▶ _Data_:
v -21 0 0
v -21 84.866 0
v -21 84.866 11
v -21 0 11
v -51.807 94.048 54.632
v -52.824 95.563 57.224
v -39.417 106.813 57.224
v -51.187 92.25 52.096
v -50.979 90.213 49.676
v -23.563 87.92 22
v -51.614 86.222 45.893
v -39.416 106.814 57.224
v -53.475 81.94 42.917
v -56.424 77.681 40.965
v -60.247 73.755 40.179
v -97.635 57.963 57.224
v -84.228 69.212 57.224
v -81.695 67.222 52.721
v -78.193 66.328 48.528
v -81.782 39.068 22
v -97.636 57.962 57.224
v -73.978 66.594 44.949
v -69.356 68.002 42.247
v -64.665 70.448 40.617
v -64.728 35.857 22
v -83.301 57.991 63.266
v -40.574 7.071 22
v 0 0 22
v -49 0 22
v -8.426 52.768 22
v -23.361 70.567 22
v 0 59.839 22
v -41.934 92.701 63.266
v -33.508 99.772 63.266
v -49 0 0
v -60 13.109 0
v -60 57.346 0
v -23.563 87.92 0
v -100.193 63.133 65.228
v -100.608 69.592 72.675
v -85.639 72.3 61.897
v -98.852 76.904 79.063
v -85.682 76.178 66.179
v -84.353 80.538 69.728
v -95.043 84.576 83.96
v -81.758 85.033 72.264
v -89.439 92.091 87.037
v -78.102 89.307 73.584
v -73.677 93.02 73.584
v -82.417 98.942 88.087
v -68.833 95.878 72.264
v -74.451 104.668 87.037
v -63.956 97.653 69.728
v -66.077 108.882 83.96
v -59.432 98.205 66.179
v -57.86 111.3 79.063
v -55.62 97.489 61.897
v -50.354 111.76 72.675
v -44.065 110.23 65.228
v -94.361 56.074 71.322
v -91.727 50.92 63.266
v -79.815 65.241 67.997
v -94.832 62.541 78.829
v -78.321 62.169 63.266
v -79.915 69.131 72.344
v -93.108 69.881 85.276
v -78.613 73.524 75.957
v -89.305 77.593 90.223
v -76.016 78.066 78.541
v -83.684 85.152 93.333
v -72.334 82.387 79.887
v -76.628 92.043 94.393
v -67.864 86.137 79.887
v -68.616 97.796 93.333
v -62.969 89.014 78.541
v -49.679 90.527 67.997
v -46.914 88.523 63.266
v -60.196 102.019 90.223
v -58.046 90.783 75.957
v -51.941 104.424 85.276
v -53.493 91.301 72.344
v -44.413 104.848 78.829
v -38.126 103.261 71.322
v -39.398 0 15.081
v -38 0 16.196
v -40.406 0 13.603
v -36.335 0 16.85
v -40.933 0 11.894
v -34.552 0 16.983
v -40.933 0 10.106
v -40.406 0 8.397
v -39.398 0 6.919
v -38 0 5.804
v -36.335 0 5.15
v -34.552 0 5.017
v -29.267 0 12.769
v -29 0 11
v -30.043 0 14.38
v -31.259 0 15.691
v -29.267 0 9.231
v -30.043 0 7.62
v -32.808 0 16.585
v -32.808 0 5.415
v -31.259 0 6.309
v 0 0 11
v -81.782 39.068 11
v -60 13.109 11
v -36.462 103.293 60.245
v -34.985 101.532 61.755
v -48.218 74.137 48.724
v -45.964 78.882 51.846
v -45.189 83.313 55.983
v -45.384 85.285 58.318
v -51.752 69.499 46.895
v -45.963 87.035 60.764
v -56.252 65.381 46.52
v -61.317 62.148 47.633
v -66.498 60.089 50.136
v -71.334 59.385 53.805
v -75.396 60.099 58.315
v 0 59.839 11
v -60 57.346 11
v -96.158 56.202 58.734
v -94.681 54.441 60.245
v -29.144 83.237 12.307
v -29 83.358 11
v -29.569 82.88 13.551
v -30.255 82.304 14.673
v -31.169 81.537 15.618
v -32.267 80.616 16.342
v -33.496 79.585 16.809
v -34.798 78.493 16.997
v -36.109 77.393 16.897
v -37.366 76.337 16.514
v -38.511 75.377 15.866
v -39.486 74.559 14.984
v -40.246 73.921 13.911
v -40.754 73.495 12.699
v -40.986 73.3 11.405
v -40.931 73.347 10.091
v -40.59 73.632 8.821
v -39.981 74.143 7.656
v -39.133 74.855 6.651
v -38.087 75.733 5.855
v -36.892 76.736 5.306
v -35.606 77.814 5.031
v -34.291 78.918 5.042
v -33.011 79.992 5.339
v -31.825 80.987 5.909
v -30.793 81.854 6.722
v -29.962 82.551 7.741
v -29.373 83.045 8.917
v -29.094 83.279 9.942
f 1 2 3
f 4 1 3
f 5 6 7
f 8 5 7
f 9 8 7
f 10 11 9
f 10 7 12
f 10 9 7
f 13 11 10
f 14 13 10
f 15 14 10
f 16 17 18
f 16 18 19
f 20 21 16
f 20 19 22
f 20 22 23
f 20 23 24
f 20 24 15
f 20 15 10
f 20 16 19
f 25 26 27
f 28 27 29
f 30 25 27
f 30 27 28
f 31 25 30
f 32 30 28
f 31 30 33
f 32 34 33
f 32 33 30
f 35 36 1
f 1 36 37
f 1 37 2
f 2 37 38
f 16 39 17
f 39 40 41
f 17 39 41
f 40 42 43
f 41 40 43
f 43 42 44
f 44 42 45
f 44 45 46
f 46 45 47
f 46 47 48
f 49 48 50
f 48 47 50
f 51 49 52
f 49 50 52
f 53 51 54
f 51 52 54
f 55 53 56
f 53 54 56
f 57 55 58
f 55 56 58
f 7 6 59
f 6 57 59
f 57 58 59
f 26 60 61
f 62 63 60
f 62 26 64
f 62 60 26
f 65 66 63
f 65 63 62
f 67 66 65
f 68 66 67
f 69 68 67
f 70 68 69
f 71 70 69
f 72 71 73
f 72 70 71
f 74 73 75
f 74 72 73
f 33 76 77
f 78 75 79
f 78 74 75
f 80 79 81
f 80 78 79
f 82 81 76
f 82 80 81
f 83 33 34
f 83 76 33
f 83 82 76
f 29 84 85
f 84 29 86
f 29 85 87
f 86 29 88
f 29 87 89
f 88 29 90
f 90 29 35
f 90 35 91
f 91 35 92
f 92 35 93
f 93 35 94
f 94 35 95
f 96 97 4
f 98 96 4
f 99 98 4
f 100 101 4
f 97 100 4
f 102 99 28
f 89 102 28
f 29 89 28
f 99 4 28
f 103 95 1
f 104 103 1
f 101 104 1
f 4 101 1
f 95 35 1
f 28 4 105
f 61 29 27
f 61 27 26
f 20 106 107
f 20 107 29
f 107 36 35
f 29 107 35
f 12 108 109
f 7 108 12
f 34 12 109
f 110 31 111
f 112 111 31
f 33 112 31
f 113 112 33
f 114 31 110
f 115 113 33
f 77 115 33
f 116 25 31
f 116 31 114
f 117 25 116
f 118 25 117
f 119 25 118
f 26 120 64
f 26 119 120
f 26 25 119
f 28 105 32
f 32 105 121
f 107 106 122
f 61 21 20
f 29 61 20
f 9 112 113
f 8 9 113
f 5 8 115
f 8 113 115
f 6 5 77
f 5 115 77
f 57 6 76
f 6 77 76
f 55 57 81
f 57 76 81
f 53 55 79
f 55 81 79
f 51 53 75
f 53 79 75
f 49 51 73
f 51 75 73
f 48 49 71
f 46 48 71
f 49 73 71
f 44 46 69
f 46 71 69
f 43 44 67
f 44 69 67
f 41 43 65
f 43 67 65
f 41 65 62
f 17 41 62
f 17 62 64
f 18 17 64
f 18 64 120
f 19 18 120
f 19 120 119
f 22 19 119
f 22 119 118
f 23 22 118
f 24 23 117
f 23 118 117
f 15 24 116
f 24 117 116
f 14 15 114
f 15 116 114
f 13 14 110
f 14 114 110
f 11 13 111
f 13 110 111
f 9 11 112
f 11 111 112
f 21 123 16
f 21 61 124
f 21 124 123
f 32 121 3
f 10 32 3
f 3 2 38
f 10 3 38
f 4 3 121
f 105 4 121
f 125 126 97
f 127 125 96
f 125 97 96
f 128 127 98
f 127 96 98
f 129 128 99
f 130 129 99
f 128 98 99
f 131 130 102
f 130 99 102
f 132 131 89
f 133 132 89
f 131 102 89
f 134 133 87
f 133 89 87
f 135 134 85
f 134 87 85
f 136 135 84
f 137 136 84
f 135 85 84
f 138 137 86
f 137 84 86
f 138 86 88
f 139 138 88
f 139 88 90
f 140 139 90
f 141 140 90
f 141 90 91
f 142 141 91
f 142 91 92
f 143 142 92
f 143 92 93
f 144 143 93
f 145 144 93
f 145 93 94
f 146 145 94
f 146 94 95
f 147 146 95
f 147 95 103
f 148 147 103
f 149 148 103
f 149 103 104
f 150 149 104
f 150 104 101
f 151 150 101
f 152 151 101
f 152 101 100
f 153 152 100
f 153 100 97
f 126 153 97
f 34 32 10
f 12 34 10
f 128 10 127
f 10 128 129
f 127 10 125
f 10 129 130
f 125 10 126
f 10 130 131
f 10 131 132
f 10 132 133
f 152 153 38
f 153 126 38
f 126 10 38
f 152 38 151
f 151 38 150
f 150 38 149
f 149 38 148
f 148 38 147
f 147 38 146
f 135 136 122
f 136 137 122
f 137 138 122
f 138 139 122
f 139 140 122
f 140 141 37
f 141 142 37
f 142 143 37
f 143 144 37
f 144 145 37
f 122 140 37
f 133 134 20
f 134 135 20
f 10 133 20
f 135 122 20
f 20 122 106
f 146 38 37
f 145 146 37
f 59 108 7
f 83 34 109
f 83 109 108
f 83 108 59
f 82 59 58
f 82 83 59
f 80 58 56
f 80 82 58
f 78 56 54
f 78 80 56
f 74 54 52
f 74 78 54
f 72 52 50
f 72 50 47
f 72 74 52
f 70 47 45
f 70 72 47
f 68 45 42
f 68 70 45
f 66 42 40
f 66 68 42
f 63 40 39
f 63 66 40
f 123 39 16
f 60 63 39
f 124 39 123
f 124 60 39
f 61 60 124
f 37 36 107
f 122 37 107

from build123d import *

# Parameters (mm, degrees)
F1_DEPTH  = 22
F2_W      = 21
F2_H      = 11
F2_W_2    = 40.0109538998
F2_H_2    = 12.4791396397
F3_DEPTH  = 87.9211249352
F4_R      = 6
F5_DEPTH  = 87.9211249352
F7_DEPTH  = 76
F9_DEPTH  = 10.9952556712
F10_R     = 20.5
F11_DEPTH = 79.2430002024
F13_DEPTH = 11
F15_DEPTH = 11


with BuildPart() as f1:
    # F0 (on Top) → F1 (new body)
    with BuildSketch(Plane.XY):
        Polygon((-49, 0), (0, 0), (0, 59.8390848043), (-23.562790417, 87.9201249352), (-81.782168094, 39.0682665991), align=None)
    extrude(amount=F1_DEPTH)

    # F2 (on face) → F3 (cut, through all)
    with BuildSketch(Plane.XZ):
        with Locations((-10.5, 5.5)):
            Rectangle(F2_W, F2_H)
        with Locations((-80.0054769499, 4.7604301802)):
            Rectangle(F2_W_2, F2_H_2)
    extrude(amount=-F3_DEPTH, mode=Mode.SUBTRACT)

    # F4 (on face) → F5 (cut, through all)
    with BuildSketch(Plane.XZ):
        with Locations((-35, 11)):
            Circle(F4_R)
    extrude(amount=-F5_DEPTH, mode=Mode.SUBTRACT)

    # F6 (on face) → F7 (join, through all)
    with BuildSketch(Plane(origin=(-28.7543803528, -24.1277899488, 0), x_dir=(0.6427876097, -0.7660444431, 0), z_dir=(-0.7660444431, -0.6427876097, 0))):
        Polygon((-107.1603796377, 57.2235379044), (-82.4965928746, 22), (-69.0738641545, 22), (-97.9683072221, 63.265541273), align=None)
    extrude(amount=-F7_DEPTH)

    # F8 (on face) → F9 (join, through all)
    with BuildSketch(Plane(origin=(-23.1484785961, 27.58728253, -25.2163217941), x_dir=(0.8501498705, 0.3886467221, -0.3552448777), z_dir=(0.5265407845, -0.6275068716, 0.5735764364))):
        with BuildLine():
            Line((-80.6666191033, 81.0518724564), (-12.1853081013, 114.0110903395))
            ThreePointArc((-12.1853081015, 114.0110903394), (-62.905572543, 131.7721368985), (-80.6666191021, 81.0518724571))
        make_face()
    extrude(amount=-F9_DEPTH)

    # F10 (on face) → F11 (cut, through all)
    with BuildSketch(Plane(origin=(-23.1484785962, 27.5872825301, -25.2163217941), x_dir=(0.8501498705, 0.3886467221, -0.3552448777), z_dir=(0.5265407845, -0.6275068716, 0.5735764364))):
        with Locations((-46.4259636018, 97.5314813982)):
            Circle(F10_R)
    extrude(amount=-F11_DEPTH, mode=Mode.SUBTRACT)

    # F12 (on face) → F13 (join)
    with BuildSketch(Plane(origin=(-28.7543803528, -24.1277899488, 0), x_dir=(0.6427876097, -0.7660444431, 0), z_dir=(-0.7660444431, -0.6427876097, 0))):
        Polygon((-31.4965928746, 22), (-97.9683072221, 63.265541273), (-69.0738641544, 22), align=None)
    extrude(amount=-F13_DEPTH)

    # F14 (on face) → F15 (join)
    with BuildSketch(Plane(origin=(29.4649973242, 24.7240683874, 0), x_dir=(-0.6427876097, 0.7660444431, 0), z_dir=(0.7660444431, 0.6427876097, 0))):
        Polygon((69.0738641544, 22), (97.968307222, 63.265541273), (45.8393983956, 22), align=None)
    extrude(amount=-F15_DEPTH)


solid = f1.part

▶ _About this exercise_: From the material above, set down exactly the lines starting at the one with "v -56.252 65.381 46.52" and ending at the one with "v -39.133 74.855 6.651", end lines included.

▶ _Task response_:
v -56.252 65.381 46.52
v -61.317 62.148 47.633
v -66.498 60.089 50.136
v -71.334 59.385 53.805
v -75.396 60.099 58.315
v 0 59.839 11
v -60 57.346 11
v -96.158 56.202 58.734
v -94.681 54.441 60.245
v -29.144 83.237 12.307
v -29 83.358 11
v -29.569 82.88 13.551
v -30.255 82.304 14.673
v -31.169 81.537 15.618
v -32.267 80.616 16.342
v -33.496 79.585 16.809
v -34.798 78.493 16.997
v -36.109 77.393 16.897
v -37.366 76.337 16.514
v -38.511 75.377 15.866
v -39.486 74.559 14.984
v -40.246 73.921 13.911
v -40.754 73.495 12.699
v -40.986 73.3 11.405
v -40.931 73.347 10.091
v -40.59 73.632 8.821
v -39.981 74.143 7.656
v -39.133 74.855 6.651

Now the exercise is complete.